**Task goal**
Copy every line below exactly.

**Dataset entries**
[Start of Attachment]
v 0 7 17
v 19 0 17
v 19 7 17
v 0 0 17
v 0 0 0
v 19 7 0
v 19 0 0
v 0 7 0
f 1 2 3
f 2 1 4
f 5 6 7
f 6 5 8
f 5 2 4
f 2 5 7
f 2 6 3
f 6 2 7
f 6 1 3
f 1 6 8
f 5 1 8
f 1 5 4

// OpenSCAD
// Generated by SolidPython 1.0.1 on 2020-07-29 00:46:56


cube(size = [19, 7, 17]);
/***********************************************
*********      SolidPython code:      **********
************************************************
 
# import packages: SolidPython
from solid import *
from solid.utils import *
from itertools import chain, combinations, permutations


class Resize:

    def __init__(self, scad_file):
        self.scad_file = scad_file
        #self.scad_file = import_scad(scad_file)
        # cone/cylinder param:
        self.r1 = 0
        self.r2 = 0
        self.h = 0
        # rectangular prism param:
        self.w = 0
        self.l = 0
        # ellipse param:
        self.r = 0

    # import OpenScad code (file name corresponds to shape)


    # classify shape + parameters
    def assign(self, param1, param2, param3):
        if self.scad_file == 'cone.scad':
            self.r1 = param1
            self.r2 = param2
            self.h = param3
        elif self.scad_file == 'cylinder.scad':
            self.r1 = param1
            self.r2 = param2
            self.h = param3
        elif self.scad_file == 'rectangularPrism.scad':
            self.h = param1
            self.l = param2
            self.w = param3
        else:
            self.r = param1
            self.h = param2

    # resize parameters
    def iterate(self):
        x = range(3, 20, 2)
        i = 1
        if self.scad_file == 'cone.scad':
            tempList = list(permutations(x, 2))
            for temp in tempList:
                param1 = temp[0]
                param2 = temp[1]
                filepath = 'produced_scad_files/' + 'cone' + str(param1) + '_' + str(param2) + '_' + '.scad'
                scad_render_to_file(cylinder(h=param1, r1=param2, r2=0), filepath)

        elif self.scad_file == 'cylinder.scad':
            tempList = list(permutations(x, 3))
            for temp in tempList:
                param1 = temp[0]
                param2 = temp[1]
                filepath = 'produced_scad_files/' + 'cylinder' + str(param1) + '_' + str(param2) + '_' + '.scad'
                scad_render_to_file(cylinder(h=param1, r1=param2, r2=param2), filepath)

        elif self.scad_file == 'rectangularPrism.scad':
            tempList = list(permutations(x, 3))
            for temp in tempList:
                param1 = temp[0]
                param2 = temp[1]
                param3 = temp[2]
                filepath = 'produced_scad_files/' + 'rectangularPrism' + str(param1) + '_' + str(param2) + '_' + str(
                    param3) + '.scad'
                scad_render_to_file(cube(size=(param1, param2, param3)), filepath)

        elif self.scad_file == 'ellipse.scad':
            tempList = list(permutations(x, 4))
            for temp in tempList:
                param1 = temp[0]
                param2 = temp[1]
                param3 = temp[2]
                param4 = temp[3]
                filepath = 'produced_scad_files/' + 'ellipse' + str(param1) + '_' + str(param2) + '_' + str(param3) + '_' + str(param4) + '.scad'
                scad_render_to_file(scale([param1, param2, param3])(sphere(r=param4)), filepath)

    def render_to_scadfile(self):
        scad_render_to_file(scad, 'example.scad') 
 
************************************************/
[End of Attachment]
**Answer space**
v 0 7 17
v 19 0 17
v 19 7 17
v 0 0 17
v 0 0 0
v 19 7 0
v 19 0 0
v 0 7 0
f 1 2 3
f 2 1 4
f 5 6 7
f 6 5 8
f 5 2 4
f 2 5 7
f 2 6 3
f 6 2 7
f 6 1 3
f 1 6 8
f 5 1 8
f 1 5 4

// OpenSCAD
// Generated by SolidPython 1.0.1 on 2020-07-29 00:46:56


cube(size = [19, 7, 17]);
/***********************************************
*********      SolidPython code:      **********
************************************************
 
# import packages: SolidPython
from solid import *
from solid.utils import *
from itertools import chain, combinations, permutations


class Resize:

    def __init__(self, scad_file):
        self.scad_file = scad_file
        #self.scad_file = import_scad(scad_file)
        # cone/cylinder param:
        self.r1 = 0
        self.r2 = 0
        self.h = 0
        # rectangular prism param:
        self.w = 0
        self.l = 0
        # ellipse param:
        self.r = 0

    # import OpenScad code (file name corresponds to shape)


    # classify shape + parameters
    def assign(self, param1, param2, param3):
        if self.scad_file == 'cone.scad':
            self.r1 = param1
            self.r2 = param2
            self.h = param3
        elif self.scad_file == 'cylinder.scad':
            self.r1 = param1
            self.r2 = param2
            self.h = param3
        elif self.scad_file == 'rectangularPrism.scad':
            self.h = param1
            self.l = param2
            self.w = param3
        else:
            self.r = param1
            self.h = param2

    # resize parameters
    def iterate(self):
        x = range(3, 20, 2)
        i = 1
        if self.scad_file == 'cone.scad':
            tempList = list(permutations(x, 2))
            for temp in tempList:
                param1 = temp[0]
                param2 = temp[1]
                filepath = 'produced_scad_files/' + 'cone' + str(param1) + '_' + str(param2) + '_' + '.scad'
                scad_render_to_file(cylinder(h=param1, r1=param2, r2=0), filepath)

        elif self.scad_file == 'cylinder.scad':
            tempList = list(permutations(x, 3))
            for temp in tempList:
                param1 = temp[0]
                param2 = temp[1]
                filepath = 'produced_scad_files/' + 'cylinder' + str(param1) + '_' + str(param2) + '_' + '.scad'
                scad_render_to_file(cylinder(h=param1, r1=param2, r2=param2), filepath)

        elif self.scad_file == 'rectangularPrism.scad':
            tempList = list(permutations(x, 3))
            for temp in tempList:
                param1 = temp[0]
                param2 = temp[1]
                param3 = temp[2]
                filepath = 'produced_scad_files/' + 'rectangularPrism' + str(param1) + '_' + str(param2) + '_' + str(
                    param3) + '.scad'
                scad_render_to_file(cube(size=(param1, param2, param3)), filepath)

        elif self.scad_file == 'ellipse.scad':
            tempList = list(permutations(x, 4))
            for temp in tempList:
                param1 = temp[0]
                param2 = temp[1]
                param3 = temp[2]
                param4 = temp[3]
                filepath = 'produced_scad_files/' + 'ellipse' + str(param1) + '_' + str(param2) + '_' + str(param3) + '_' + str(param4) + '.scad'
                scad_render_to_file(scale([param1, param2, param3])(sphere(r=param4)), filepath)

    def render_to_scadfile(self):
        scad_render_to_file(scad, 'example.scad') 
 
************************************************/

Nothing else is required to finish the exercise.